I’m using the official Docker image (fpm-alpine, nginx, postgres, redis) and docker-compose to configure Nextcloud. I set the environment variables NEXTCLOUD_ADMIN_USER, NEXTCLOUD_ADMIN_PASSWORD.
I set the volumes
nextcloud:/var/www/html
./data/nextcloud-data:/var/www/html/data
After I run docker-compose up the config.php was automatically created with correct entries (even trusted_proxies and trusted_domains) and I think I could login with admin user, defined by the environment variables. (to be honest, I’m not 100% sure)
Afterwards set up the normal users, synced my phone, installed nc-apps, everything was fine. Then I played around (e.g. put SMTP/MAIL variables in the env_file) and prune the nextcloud-volume (but not the data-volume and db-volume [./data/nextcloud-db:/var/lib/postgresql/data]) and restarted. Now it ask to add a admin account again and to finish the installation. My data is still there and the before created users in the postgres-db, too. But why doesn’t it use the existing installation? What do I miss?
In the postgres database i found 26 db-users (admin… admin25). It seems with each new attempt nextcloud created a new db user, even though I passed the db credentials via a env_file.
Is it because the auto-generated config.php has a different value in instanceid?
I thought it is the idea of docker-images was to throw away the container and restart with no hassle.
the existing installation was in that volume. you deleted it.
in the nc image you only have the “source code” somewhere in /usr/src/nextcloud. this is done in the dockerfile below here: https://github.com/nextcloud/docker/blob/master/22/apache/Dockerfile#L134. above that line php&apache is installed and configured in the image. not nextcloud itself.
in your case if [ -f /var/www/html/version.php ]; then fails because files isn’t there anymore. that triggers the installation of nextcloud. and that the way you’ll get an update. next time.
unless you touch the volumes with the persistent data.
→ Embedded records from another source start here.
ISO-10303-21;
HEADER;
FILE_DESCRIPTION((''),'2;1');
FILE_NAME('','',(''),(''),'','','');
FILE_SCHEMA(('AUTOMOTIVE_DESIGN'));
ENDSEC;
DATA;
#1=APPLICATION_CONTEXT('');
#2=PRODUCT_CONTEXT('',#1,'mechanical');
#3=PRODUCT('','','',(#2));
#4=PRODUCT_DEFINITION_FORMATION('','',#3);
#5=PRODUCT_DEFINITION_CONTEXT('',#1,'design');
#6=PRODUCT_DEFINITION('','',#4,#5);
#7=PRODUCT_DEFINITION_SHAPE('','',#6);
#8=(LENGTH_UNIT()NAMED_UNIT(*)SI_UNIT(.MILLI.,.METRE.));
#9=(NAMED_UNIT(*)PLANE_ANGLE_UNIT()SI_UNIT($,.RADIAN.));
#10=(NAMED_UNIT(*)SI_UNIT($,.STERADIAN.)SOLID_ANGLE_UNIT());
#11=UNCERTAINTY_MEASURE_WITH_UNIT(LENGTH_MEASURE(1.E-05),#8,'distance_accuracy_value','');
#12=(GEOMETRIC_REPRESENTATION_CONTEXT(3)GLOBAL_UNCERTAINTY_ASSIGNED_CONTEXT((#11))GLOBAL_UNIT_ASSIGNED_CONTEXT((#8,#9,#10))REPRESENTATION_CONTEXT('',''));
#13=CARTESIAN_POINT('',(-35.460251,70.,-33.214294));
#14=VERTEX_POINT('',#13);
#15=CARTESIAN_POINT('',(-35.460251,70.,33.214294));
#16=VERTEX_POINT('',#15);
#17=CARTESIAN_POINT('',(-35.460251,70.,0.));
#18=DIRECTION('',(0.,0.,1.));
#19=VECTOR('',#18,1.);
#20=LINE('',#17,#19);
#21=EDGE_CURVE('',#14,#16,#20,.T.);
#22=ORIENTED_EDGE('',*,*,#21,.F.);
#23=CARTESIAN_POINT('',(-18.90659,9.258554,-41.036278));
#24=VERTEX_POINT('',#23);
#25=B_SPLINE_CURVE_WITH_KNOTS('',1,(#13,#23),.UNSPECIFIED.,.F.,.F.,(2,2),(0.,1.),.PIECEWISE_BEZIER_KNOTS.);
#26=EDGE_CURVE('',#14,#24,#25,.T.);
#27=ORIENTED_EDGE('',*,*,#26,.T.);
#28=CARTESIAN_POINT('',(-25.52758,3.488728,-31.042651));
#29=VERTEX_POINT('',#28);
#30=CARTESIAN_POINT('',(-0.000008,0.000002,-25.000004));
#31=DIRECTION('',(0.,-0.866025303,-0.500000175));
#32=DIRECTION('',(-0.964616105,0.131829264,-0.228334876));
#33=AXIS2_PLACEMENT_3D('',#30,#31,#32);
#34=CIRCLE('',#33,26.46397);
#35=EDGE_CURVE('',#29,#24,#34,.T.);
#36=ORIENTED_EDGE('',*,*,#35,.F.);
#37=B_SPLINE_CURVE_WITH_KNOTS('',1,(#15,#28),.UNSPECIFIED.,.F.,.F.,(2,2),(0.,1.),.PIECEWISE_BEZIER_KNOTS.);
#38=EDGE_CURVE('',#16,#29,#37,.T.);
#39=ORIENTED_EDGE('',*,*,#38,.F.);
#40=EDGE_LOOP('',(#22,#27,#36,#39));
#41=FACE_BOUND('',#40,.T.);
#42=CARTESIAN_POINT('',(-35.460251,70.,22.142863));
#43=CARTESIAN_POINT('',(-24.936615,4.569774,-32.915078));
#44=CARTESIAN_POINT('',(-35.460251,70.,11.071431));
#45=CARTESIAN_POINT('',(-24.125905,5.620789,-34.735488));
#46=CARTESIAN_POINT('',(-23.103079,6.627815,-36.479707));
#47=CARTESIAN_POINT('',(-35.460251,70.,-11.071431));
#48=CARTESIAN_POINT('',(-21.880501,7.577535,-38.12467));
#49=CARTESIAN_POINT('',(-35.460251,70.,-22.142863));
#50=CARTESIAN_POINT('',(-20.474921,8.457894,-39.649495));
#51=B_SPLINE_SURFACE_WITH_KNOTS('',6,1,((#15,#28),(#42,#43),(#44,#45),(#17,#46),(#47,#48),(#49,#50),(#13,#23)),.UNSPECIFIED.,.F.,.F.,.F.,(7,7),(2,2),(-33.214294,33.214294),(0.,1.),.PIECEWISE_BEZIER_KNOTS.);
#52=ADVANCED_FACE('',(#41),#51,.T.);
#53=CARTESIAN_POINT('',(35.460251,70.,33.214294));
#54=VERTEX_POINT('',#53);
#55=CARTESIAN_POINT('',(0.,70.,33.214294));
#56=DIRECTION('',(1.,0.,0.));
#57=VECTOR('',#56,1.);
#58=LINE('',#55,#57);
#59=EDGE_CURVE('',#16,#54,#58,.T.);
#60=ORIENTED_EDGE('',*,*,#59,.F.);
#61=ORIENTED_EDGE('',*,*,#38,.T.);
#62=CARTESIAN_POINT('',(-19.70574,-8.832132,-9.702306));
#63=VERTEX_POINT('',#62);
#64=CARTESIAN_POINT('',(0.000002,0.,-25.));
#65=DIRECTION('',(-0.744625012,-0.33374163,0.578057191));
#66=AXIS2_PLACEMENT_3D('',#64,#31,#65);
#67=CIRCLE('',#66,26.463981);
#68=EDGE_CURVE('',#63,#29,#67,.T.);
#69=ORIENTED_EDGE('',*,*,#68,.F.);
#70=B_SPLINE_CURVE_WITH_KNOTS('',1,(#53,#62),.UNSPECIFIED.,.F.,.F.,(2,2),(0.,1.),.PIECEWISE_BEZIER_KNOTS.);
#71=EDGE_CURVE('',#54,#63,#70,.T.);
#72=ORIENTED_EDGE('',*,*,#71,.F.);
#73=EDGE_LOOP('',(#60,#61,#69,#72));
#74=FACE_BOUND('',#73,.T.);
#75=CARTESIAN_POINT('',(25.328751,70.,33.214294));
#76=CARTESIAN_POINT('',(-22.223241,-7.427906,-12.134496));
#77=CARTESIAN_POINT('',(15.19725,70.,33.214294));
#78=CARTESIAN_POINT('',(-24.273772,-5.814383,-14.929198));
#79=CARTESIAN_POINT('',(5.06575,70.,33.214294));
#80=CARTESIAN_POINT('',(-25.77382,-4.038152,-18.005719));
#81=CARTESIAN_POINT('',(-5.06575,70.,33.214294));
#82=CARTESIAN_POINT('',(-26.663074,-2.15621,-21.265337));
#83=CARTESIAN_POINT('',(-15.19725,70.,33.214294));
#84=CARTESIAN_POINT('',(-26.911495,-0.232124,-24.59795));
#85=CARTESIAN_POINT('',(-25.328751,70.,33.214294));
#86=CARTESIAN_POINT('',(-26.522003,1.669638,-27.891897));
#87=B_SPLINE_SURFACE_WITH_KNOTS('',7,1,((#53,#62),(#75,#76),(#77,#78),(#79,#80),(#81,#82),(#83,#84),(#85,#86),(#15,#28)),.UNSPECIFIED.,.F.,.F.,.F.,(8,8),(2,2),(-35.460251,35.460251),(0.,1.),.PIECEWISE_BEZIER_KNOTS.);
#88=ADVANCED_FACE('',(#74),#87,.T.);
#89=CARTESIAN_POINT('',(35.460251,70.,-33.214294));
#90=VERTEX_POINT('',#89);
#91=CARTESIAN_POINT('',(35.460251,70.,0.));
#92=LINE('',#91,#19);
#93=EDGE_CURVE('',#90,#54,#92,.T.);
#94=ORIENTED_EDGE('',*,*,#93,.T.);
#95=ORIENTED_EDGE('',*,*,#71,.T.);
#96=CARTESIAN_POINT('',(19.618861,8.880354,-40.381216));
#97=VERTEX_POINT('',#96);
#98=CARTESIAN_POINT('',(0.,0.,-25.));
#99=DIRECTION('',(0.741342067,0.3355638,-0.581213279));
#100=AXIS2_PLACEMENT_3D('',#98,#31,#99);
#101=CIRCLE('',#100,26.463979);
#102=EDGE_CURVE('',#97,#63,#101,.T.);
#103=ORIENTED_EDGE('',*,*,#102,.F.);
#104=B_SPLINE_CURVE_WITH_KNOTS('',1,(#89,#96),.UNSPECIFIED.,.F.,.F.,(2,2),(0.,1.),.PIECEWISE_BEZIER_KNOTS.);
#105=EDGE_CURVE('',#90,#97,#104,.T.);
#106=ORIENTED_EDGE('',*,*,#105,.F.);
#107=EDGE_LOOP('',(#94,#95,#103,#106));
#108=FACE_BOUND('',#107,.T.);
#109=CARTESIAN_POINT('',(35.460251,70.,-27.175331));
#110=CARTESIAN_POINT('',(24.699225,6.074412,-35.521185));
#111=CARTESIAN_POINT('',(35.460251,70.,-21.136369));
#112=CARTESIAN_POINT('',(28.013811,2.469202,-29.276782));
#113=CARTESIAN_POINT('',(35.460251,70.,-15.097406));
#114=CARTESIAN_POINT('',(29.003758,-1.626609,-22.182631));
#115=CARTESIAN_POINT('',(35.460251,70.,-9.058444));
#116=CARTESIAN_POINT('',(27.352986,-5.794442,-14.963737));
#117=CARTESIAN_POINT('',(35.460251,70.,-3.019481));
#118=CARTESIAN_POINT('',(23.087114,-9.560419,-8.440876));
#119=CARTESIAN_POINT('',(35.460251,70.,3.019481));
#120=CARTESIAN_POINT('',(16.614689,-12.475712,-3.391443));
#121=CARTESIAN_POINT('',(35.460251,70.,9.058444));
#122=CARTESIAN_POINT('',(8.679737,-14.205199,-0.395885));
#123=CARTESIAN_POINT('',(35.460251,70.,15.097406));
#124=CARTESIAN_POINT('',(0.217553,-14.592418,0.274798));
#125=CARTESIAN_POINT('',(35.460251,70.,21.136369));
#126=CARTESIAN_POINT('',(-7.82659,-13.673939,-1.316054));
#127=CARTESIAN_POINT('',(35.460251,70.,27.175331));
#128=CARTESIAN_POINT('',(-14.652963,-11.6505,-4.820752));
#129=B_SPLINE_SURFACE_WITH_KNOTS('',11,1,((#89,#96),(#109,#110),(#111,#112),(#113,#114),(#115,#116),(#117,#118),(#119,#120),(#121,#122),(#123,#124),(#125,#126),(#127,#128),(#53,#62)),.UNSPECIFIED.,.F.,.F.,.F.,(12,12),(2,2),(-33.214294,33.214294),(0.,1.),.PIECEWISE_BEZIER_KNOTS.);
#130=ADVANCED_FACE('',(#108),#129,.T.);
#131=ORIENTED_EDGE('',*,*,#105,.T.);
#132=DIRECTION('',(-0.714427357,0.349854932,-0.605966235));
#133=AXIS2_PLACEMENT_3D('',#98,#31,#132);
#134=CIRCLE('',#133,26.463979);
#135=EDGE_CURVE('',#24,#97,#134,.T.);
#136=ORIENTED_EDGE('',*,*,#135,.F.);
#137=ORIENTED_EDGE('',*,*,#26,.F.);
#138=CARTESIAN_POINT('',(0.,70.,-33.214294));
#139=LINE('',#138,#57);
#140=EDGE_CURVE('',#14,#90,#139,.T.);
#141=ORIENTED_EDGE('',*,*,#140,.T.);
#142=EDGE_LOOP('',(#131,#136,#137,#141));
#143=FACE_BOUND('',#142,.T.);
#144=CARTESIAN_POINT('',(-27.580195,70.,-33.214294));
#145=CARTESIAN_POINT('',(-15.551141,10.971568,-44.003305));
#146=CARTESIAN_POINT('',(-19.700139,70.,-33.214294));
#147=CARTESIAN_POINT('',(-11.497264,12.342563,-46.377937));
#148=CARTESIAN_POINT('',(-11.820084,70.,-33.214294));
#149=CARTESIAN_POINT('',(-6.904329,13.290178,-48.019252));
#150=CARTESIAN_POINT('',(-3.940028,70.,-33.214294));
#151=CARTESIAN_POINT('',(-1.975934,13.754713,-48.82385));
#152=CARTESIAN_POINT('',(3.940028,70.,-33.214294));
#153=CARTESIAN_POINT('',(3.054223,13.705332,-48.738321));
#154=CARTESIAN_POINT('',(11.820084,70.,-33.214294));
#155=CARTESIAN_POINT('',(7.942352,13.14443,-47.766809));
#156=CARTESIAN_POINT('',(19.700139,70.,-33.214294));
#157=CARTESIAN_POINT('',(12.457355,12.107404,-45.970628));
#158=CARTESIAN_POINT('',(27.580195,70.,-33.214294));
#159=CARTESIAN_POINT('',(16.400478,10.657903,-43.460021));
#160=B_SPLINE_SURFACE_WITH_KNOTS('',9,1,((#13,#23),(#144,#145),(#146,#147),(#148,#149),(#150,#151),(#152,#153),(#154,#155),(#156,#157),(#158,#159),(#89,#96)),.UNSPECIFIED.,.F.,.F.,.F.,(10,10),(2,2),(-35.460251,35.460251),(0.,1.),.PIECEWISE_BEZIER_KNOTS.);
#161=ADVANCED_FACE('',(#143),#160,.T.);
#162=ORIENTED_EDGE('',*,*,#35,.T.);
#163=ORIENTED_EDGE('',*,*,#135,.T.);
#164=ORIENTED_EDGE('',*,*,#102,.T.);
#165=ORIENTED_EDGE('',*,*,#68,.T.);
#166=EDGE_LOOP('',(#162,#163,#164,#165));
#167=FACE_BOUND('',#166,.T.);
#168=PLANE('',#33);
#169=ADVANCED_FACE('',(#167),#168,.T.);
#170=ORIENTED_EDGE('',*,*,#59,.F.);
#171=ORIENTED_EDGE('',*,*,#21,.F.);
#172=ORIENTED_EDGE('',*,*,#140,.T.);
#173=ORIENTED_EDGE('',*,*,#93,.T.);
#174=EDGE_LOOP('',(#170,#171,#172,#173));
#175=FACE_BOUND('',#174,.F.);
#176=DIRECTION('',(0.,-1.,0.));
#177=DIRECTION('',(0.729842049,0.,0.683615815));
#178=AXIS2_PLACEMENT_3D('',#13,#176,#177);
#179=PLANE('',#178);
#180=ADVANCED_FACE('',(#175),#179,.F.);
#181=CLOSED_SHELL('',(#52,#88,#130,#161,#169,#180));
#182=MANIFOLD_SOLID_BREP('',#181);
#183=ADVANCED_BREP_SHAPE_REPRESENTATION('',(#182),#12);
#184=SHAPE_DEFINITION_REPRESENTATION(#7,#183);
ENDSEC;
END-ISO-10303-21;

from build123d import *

# Parameters (mm, degrees)
SKETCH001_W = 70.920502
SKETCH001_H = 66.428588


with BuildPart() as part:
    # Sketch001 → Loft section 0
    with BuildSketch(Plane.XZ.offset(-70)):
        Rectangle(SKETCH001_W, SKETCH001_H)
    # Sketch → Loft section 1
    with BuildSketch(Plane(origin=(0, 0, -25), x_dir=(1, 0, 0), z_dir=(0, -0.866025, -0.5))):
        with BuildLine():
            ThreePointArc((19.618861, -17.760701), (17.712533, 19.662359), (-19.70574, 17.664258))
            ThreePointArc((-19.70574, 17.664258), (-25.754937, 6.08485), (-25.52758, -6.977453))
            ThreePointArc((-25.52758, -6.977453), (-22.954079, -13.170135), (-18.90659, -18.517101))
            ThreePointArc((-18.90659, -18.517101), (0.519488, -26.45888), (19.618861, -17.760701))
        make_face()
    loft()


solid = part.part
management summary: your installation is broken. delete everything and start over.
thanks for your answer. At least my installation wasn’t productive yet. I will restart, as you recommended.
But as far as I understand the nextcloud image is not built consistent with the docker philosophy, or? Shouldn’t the code be different from the persistent data? What is the advantage of nextcloud in docker to a normal installation? I just try to understand.
And why does it ignores the admin-user variables in the env_file?
After I created the user, can I move their former files in their data directory, to save some time?
that’s one of the reasons why nextcloud isn’t “installed” during the build of the image. also during installation an admin user has to be created. how to do this during the build phase? there is no database running at that moment.
i run two instances along with watchtower. and they are always up2date. so i don’t care about updates. that’s pretty neat. and i don’t have to care about the underlying os. and the hustleand bustle with php updates.
if you didn’t clean up your database i guess the problem is the undefined state you run into. that is to say existing db with new config.php.
sure. but only the files folder in nextcloud data. not the “meta datas”. e.g. trashbin folder.
and run a docker exec -u www-data nextcloud php occ files:rescan --all to update your database.